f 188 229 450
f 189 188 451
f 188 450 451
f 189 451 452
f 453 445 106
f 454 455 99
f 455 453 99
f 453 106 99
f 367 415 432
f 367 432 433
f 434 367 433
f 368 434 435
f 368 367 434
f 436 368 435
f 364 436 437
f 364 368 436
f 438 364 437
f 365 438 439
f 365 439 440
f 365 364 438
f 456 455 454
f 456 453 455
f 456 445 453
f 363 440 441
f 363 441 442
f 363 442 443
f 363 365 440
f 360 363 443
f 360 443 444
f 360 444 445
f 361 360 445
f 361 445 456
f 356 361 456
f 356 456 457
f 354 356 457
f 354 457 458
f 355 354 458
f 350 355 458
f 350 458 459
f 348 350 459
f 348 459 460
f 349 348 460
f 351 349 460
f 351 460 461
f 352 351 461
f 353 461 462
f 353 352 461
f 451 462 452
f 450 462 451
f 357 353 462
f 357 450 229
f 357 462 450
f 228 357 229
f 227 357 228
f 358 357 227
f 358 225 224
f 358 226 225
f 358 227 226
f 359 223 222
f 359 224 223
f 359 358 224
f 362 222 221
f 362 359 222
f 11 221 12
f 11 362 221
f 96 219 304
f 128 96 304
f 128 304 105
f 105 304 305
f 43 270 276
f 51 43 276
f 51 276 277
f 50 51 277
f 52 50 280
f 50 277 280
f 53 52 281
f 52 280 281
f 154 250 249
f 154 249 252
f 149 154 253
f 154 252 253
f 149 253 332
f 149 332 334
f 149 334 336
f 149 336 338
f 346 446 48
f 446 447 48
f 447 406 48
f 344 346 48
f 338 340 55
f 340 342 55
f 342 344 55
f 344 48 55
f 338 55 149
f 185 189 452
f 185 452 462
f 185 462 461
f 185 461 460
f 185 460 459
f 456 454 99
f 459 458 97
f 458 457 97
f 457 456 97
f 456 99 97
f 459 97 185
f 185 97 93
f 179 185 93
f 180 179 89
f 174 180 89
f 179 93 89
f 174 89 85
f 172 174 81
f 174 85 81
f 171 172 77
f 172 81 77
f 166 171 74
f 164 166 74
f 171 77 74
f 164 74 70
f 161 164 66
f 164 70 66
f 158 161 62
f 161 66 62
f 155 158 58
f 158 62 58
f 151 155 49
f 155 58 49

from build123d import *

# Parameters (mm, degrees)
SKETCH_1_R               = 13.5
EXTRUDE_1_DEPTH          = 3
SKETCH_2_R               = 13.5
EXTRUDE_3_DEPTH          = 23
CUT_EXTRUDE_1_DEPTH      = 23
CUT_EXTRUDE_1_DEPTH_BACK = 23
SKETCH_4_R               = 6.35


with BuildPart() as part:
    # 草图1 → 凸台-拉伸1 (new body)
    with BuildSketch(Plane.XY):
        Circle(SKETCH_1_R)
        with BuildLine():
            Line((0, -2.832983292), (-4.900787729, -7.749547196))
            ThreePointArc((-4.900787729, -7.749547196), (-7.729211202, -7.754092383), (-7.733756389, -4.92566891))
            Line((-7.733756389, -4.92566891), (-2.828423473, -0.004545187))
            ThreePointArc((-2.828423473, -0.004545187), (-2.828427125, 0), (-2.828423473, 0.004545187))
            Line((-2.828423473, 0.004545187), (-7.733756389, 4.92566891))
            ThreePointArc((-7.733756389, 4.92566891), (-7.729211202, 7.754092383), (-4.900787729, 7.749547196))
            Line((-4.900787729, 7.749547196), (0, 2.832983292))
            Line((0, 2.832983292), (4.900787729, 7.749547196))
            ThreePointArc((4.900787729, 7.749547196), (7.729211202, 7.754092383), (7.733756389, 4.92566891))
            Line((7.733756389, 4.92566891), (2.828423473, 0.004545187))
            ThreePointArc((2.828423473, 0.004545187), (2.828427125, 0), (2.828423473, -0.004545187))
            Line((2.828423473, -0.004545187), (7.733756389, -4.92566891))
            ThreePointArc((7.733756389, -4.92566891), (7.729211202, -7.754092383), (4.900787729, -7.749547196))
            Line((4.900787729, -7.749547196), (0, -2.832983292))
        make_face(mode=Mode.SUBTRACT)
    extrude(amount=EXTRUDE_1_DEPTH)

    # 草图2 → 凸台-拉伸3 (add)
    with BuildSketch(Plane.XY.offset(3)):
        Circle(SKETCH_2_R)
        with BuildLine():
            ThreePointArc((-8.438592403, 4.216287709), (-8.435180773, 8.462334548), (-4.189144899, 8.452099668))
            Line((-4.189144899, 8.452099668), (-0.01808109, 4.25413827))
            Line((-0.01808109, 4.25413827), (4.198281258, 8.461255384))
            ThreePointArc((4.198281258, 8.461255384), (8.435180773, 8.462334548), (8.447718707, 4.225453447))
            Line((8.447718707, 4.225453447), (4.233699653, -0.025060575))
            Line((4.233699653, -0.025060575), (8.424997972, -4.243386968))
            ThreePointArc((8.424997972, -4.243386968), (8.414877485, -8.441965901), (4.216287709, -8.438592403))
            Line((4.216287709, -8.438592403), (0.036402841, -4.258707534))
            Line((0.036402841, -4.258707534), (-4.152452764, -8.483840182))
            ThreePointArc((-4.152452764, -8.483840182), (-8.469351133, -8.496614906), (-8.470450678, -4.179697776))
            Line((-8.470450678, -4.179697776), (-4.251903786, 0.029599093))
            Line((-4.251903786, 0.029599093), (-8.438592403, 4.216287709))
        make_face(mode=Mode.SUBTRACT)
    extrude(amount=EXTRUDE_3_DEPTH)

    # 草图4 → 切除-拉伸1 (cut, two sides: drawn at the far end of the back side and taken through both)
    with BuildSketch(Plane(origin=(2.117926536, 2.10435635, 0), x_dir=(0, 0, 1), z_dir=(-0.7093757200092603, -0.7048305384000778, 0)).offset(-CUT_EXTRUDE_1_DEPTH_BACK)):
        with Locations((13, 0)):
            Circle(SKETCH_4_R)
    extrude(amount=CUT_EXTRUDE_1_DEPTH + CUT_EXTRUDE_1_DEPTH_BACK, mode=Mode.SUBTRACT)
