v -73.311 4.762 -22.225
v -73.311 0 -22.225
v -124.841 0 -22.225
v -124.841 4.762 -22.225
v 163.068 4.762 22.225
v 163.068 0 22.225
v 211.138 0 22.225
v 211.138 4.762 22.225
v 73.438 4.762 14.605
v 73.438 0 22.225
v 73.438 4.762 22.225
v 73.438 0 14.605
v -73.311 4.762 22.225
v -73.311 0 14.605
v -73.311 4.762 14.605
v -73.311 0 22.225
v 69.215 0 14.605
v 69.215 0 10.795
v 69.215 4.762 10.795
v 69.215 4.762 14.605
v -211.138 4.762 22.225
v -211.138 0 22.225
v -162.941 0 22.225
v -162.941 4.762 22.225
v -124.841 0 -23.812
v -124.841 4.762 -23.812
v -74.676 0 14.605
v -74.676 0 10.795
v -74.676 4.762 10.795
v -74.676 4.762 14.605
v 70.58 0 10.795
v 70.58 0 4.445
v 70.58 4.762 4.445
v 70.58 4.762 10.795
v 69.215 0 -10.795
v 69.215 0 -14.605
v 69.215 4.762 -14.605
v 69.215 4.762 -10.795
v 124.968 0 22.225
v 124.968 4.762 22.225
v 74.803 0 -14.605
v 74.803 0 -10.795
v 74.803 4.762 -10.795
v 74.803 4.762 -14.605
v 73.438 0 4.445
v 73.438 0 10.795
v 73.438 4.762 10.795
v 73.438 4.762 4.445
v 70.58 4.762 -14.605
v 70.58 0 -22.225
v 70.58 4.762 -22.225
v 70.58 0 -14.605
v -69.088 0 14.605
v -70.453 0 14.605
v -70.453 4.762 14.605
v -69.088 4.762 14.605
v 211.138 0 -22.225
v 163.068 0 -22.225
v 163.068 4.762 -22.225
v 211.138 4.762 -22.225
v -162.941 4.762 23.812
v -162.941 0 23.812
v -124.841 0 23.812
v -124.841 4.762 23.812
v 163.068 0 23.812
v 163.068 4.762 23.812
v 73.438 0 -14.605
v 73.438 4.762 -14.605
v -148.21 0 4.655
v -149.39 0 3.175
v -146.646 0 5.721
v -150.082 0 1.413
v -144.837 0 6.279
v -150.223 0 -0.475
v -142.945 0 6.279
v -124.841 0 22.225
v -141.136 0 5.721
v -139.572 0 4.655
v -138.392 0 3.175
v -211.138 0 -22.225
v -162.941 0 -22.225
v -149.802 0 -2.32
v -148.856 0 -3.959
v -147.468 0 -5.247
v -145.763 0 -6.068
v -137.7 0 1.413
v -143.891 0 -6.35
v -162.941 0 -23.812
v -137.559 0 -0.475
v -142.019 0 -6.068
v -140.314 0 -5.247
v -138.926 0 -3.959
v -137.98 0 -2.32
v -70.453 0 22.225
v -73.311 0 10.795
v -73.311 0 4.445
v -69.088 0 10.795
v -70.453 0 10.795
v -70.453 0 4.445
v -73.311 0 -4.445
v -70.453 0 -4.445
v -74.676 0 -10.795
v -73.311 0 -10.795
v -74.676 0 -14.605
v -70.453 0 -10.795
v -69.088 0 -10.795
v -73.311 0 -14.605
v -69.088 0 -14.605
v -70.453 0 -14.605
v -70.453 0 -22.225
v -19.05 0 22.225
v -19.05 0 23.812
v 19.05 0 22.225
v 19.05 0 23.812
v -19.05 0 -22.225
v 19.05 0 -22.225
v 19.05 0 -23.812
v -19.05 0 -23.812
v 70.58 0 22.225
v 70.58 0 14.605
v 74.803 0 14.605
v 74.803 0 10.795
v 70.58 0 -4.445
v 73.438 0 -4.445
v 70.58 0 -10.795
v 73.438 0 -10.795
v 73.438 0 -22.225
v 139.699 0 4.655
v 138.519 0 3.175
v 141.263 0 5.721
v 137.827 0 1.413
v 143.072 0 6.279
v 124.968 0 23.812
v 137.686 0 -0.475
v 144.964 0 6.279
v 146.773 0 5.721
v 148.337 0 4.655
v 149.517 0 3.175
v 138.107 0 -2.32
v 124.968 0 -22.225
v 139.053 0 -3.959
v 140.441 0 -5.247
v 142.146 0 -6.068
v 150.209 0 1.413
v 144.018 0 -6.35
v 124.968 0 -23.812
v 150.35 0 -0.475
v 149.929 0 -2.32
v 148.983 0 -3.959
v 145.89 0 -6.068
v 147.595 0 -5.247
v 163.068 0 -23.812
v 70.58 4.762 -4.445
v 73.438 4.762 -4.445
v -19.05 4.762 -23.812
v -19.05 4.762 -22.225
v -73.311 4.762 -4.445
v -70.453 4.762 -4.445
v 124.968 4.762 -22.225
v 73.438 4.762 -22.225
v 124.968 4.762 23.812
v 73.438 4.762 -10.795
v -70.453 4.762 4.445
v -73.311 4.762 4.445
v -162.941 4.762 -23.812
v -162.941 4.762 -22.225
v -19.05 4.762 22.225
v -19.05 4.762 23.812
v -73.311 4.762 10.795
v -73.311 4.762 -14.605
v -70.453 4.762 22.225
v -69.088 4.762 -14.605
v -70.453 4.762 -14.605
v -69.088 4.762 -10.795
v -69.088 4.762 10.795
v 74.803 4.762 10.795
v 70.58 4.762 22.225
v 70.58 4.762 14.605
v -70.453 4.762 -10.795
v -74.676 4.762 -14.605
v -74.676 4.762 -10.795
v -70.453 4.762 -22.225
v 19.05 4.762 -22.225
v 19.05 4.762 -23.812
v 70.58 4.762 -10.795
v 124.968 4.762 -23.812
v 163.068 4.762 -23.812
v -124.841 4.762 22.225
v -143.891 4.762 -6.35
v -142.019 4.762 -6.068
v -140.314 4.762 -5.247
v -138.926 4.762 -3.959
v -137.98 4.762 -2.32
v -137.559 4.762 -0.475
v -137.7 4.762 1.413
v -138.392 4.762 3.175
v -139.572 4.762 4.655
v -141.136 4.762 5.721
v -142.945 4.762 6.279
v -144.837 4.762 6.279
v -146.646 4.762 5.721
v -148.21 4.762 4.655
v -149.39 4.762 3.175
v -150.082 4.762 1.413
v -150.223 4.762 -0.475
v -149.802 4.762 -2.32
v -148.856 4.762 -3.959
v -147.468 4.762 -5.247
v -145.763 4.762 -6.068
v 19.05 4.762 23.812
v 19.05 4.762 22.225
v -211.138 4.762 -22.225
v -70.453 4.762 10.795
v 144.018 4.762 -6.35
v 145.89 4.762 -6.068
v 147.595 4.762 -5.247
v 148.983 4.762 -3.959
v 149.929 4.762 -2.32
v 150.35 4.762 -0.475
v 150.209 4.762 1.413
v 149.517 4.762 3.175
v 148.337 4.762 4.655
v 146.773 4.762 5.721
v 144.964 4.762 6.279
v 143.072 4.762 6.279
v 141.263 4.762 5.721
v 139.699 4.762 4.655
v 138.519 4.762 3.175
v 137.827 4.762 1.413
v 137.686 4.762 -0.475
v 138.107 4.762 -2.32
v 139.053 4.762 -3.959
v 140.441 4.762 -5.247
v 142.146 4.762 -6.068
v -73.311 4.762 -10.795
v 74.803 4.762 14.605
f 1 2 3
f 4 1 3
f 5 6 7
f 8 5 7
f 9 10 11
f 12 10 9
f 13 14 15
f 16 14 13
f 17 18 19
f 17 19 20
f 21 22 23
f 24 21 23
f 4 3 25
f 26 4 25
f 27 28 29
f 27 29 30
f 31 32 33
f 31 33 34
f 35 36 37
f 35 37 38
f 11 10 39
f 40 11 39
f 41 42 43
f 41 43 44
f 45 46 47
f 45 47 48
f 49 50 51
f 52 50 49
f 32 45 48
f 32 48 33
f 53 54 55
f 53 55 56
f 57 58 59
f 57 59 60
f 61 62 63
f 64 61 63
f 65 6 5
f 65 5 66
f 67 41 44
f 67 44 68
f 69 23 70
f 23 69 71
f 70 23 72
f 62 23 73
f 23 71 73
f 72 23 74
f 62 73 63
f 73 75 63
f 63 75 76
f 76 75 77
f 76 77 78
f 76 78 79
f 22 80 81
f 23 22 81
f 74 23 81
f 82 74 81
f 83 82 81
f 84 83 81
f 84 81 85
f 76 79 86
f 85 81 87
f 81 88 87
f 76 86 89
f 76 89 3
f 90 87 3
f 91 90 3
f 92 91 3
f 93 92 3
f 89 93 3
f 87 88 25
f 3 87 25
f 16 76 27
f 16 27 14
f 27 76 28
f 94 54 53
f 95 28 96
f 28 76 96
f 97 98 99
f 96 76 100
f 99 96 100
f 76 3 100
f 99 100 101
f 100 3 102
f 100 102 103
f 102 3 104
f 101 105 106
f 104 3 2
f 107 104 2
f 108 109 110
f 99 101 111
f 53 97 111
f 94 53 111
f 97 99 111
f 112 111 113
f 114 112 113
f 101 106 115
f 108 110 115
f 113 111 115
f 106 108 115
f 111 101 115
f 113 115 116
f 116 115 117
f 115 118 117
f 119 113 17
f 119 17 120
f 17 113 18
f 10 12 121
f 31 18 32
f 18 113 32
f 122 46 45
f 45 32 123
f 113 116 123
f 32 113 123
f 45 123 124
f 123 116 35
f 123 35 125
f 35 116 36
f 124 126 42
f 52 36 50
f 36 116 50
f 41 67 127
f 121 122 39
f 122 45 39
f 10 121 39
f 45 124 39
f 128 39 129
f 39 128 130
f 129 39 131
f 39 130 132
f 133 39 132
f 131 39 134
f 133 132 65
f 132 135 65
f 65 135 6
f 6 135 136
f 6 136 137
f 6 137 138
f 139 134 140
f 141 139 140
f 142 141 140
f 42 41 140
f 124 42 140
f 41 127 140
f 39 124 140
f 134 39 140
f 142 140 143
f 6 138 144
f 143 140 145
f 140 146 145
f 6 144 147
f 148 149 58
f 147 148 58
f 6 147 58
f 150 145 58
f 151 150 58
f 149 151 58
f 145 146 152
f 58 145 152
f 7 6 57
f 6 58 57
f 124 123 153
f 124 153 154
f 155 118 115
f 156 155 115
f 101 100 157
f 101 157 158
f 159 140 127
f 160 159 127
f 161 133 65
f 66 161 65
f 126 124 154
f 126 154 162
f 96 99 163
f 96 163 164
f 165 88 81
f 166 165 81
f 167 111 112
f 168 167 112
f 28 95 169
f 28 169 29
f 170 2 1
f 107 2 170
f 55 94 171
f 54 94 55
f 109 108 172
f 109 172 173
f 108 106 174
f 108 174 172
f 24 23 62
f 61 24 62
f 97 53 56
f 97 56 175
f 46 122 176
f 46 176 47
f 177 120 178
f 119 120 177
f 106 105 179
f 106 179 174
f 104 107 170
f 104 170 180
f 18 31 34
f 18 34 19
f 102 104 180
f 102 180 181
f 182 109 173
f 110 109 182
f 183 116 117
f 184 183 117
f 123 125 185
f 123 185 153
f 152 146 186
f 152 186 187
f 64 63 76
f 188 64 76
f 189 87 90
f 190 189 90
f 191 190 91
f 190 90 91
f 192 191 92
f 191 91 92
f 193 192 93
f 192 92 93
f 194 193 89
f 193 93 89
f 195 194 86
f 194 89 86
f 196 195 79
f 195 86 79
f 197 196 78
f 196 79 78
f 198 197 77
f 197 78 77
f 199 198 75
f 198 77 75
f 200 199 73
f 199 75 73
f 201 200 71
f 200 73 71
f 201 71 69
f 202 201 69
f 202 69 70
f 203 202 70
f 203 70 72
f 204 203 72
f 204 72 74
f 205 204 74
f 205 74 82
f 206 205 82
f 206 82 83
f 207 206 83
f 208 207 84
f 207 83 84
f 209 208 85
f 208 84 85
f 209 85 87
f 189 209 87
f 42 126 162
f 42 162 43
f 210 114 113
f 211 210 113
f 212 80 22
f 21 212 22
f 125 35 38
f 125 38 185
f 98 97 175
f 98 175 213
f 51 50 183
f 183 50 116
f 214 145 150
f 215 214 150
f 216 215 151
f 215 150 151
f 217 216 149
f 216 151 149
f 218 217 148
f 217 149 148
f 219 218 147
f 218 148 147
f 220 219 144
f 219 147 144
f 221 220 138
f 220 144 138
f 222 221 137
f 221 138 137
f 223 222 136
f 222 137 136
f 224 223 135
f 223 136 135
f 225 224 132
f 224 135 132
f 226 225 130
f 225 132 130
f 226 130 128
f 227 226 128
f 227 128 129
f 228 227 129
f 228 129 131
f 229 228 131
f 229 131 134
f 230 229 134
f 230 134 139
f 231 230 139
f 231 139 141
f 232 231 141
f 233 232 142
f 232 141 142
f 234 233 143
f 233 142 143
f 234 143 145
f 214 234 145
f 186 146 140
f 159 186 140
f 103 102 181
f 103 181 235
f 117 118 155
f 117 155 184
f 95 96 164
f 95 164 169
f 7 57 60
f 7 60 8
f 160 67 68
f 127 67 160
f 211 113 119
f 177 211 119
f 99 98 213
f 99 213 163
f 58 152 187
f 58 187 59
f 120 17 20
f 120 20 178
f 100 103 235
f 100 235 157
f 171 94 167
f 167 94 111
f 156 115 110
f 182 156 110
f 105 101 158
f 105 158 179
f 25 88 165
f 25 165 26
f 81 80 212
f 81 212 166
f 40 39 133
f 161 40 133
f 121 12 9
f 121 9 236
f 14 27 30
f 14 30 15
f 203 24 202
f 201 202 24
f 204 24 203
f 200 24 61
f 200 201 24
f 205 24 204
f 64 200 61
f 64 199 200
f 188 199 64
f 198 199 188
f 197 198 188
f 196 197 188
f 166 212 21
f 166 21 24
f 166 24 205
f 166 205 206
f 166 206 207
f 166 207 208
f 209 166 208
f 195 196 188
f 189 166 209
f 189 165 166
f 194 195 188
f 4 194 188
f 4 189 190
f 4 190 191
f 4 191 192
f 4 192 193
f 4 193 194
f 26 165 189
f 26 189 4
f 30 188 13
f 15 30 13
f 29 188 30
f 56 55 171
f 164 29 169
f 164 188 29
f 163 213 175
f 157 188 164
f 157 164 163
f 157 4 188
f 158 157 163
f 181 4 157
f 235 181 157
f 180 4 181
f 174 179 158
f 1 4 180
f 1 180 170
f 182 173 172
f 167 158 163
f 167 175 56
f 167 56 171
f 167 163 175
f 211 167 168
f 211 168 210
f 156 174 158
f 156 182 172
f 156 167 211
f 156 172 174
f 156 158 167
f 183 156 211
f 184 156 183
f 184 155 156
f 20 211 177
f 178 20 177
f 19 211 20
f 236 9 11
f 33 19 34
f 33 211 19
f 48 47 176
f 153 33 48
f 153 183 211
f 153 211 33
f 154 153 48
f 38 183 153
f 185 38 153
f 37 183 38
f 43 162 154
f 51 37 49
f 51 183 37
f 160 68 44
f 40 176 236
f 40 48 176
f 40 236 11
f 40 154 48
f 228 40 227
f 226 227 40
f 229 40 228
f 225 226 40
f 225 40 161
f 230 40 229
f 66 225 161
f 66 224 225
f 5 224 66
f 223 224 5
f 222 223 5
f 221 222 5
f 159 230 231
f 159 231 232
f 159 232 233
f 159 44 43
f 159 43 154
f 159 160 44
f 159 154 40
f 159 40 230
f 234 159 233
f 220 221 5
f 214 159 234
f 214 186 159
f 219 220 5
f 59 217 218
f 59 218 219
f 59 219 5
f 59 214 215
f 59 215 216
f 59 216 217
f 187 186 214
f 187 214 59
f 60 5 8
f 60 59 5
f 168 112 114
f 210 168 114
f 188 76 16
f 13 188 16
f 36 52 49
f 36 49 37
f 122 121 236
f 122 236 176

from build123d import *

# Parameters (mm, degrees)
SKETCH1_W           = 428.625
SKETCH1_H           = 47.625
BOSS_EXTRUDE1_DEPTH = 4.7625
SKETCH2_W           = 51.2445
SKETCH2_H           = 1.5875
SKETCH2_W_2         = 51.3715
CUT_EXTRUDE4_DEPTH  = 4.7625
SKETCH4_W           = 3.175
SKETCH4_H           = 44.45
CUT_EXTRUDE5_DEPTH  = 4.7625
SKETCH3_R           = 6.35
CUT_EXTRUDE6_DEPTH  = 4.7625


with BuildPart() as part:
    # Sketch1 → Boss-Extrude1 (new body)
    with BuildSketch(Plane(origin=(0, 0, 0), x_dir=(1, 0, 0), z_dir=(0, 1, 0))):
        Rectangle(SKETCH1_W, SKETCH1_H)
    extrude(amount=BOSS_EXTRUDE1_DEPTH)

    # Sketch2 → Cut-Extrude4 (cut)
    with BuildSketch(Plane.XZ):
        Polygon((-124.841, -22.225), (-124.841, -23.8125), (-19.05, -23.8125), (-19.05, -22.225), (-70.45325, -22.225), (-73.31075, -22.225), align=None)
        with Locations((188.69025, 23.01875)):
            Rectangle(SKETCH2_W, SKETCH2_H)
        Polygon((19.05, 23.8125), (19.05, 22.225), (70.58025, 22.225), (73.43775, 22.225), (124.968, 22.225), (124.968, 23.8125), align=None)
        Polygon((-124.841, 22.225), (-73.31075, 22.225), (-70.45325, 22.225), (-19.05, 22.225), (-19.05, 23.8125), (-124.841, 23.8125), align=None)
        Polygon((19.05, -22.225), (19.05, -23.8125), (124.968, -23.8125), (124.968, -22.225), (73.43775, -22.225), (70.58025, -22.225), align=None)
        with Locations((188.69025, -23.01875)):
            Rectangle(SKETCH2_W, SKETCH2_H)
        with Locations((-188.62675, 23.01875)):
            Rectangle(SKETCH2_W_2, SKETCH2_H)
        with Locations((-188.62675, -23.01875)):
            Rectangle(SKETCH2_W_2, SKETCH2_H)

## WORK INSTRUCTIONS
Only the lines above starting at the line that holds "f 190 189 90" and ending at the line that holds "f 166 206 207" are to be repeated, exactly and in full.

## TASK RESPONSE
f 190 189 90
f 191 190 91
f 190 90 91
f 192 191 92
f 191 91 92
f 193 192 93
f 192 92 93
f 194 193 89
f 193 93 89
f 195 194 86
f 194 89 86
f 196 195 79
f 195 86 79
f 197 196 78
f 196 79 78
f 198 197 77
f 197 78 77
f 199 198 75
f 198 77 75
f 200 199 73
f 199 75 73
f 201 200 71
f 200 73 71
f 201 71 69
f 202 201 69
f 202 69 70
f 203 202 70
f 203 70 72
f 204 203 72
f 204 72 74
f 205 204 74
f 205 74 82
f 206 205 82
f 206 82 83
f 207 206 83
f 208 207 84
f 207 83 84
f 209 208 85
f 208 84 85
f 209 85 87
f 189 209 87
f 42 126 162
f 42 162 43
f 210 114 113
f 211 210 113
f 212 80 22
f 21 212 22
f 125 35 38
f 125 38 185
f 98 97 175
f 98 175 213
f 51 50 183
f 183 50 116
f 214 145 150
f 215 214 150
f 216 215 151
f 215 150 151
f 217 216 149
f 216 151 149
f 218 217 148
f 217 149 148
f 219 218 147
f 218 148 147
f 220 219 144
f 219 147 144
f 221 220 138
f 220 144 138
f 222 221 137
f 221 138 137
f 223 222 136
f 222 137 136
f 224 223 135
f 223 136 135
f 225 224 132
f 224 135 132
f 226 225 130
f 225 132 130
f 226 130 128
f 227 226 128
f 227 128 129
f 228 227 129
f 228 129 131
f 229 228 131
f 229 131 134
f 230 229 134
f 230 134 139
f 231 230 139
f 231 139 141
f 232 231 141
f 233 232 142
f 232 141 142
f 234 233 143
f 233 142 143
f 234 143 145
f 214 234 145
f 186 146 140
f 159 186 140
f 103 102 181
f 103 181 235
f 117 118 155
f 117 155 184
f 95 96 164
f 95 164 169
f 7 57 60
f 7 60 8
f 160 67 68
f 127 67 160
f 211 113 119
f 177 211 119
f 99 98 213
f 99 213 163
f 58 152 187
f 58 187 59
f 120 17 20
f 120 20 178
f 100 103 235
f 100 235 157
f 171 94 167
f 167 94 111
f 156 115 110
f 182 156 110
f 105 101 158
f 105 158 179
f 25 88 165
f 25 165 26
f 81 80 212
f 81 212 166
f 40 39 133
f 161 40 133
f 121 12 9
f 121 9 236
f 14 27 30
f 14 30 15
f 203 24 202
f 201 202 24
f 204 24 203
f 200 24 61
f 200 201 24
f 205 24 204
f 64 200 61
f 64 199 200
f 188 199 64
f 198 199 188
f 197 198 188
f 196 197 188
f 166 212 21
f 166 21 24
f 166 24 205
f 166 205 206
f 166 206 207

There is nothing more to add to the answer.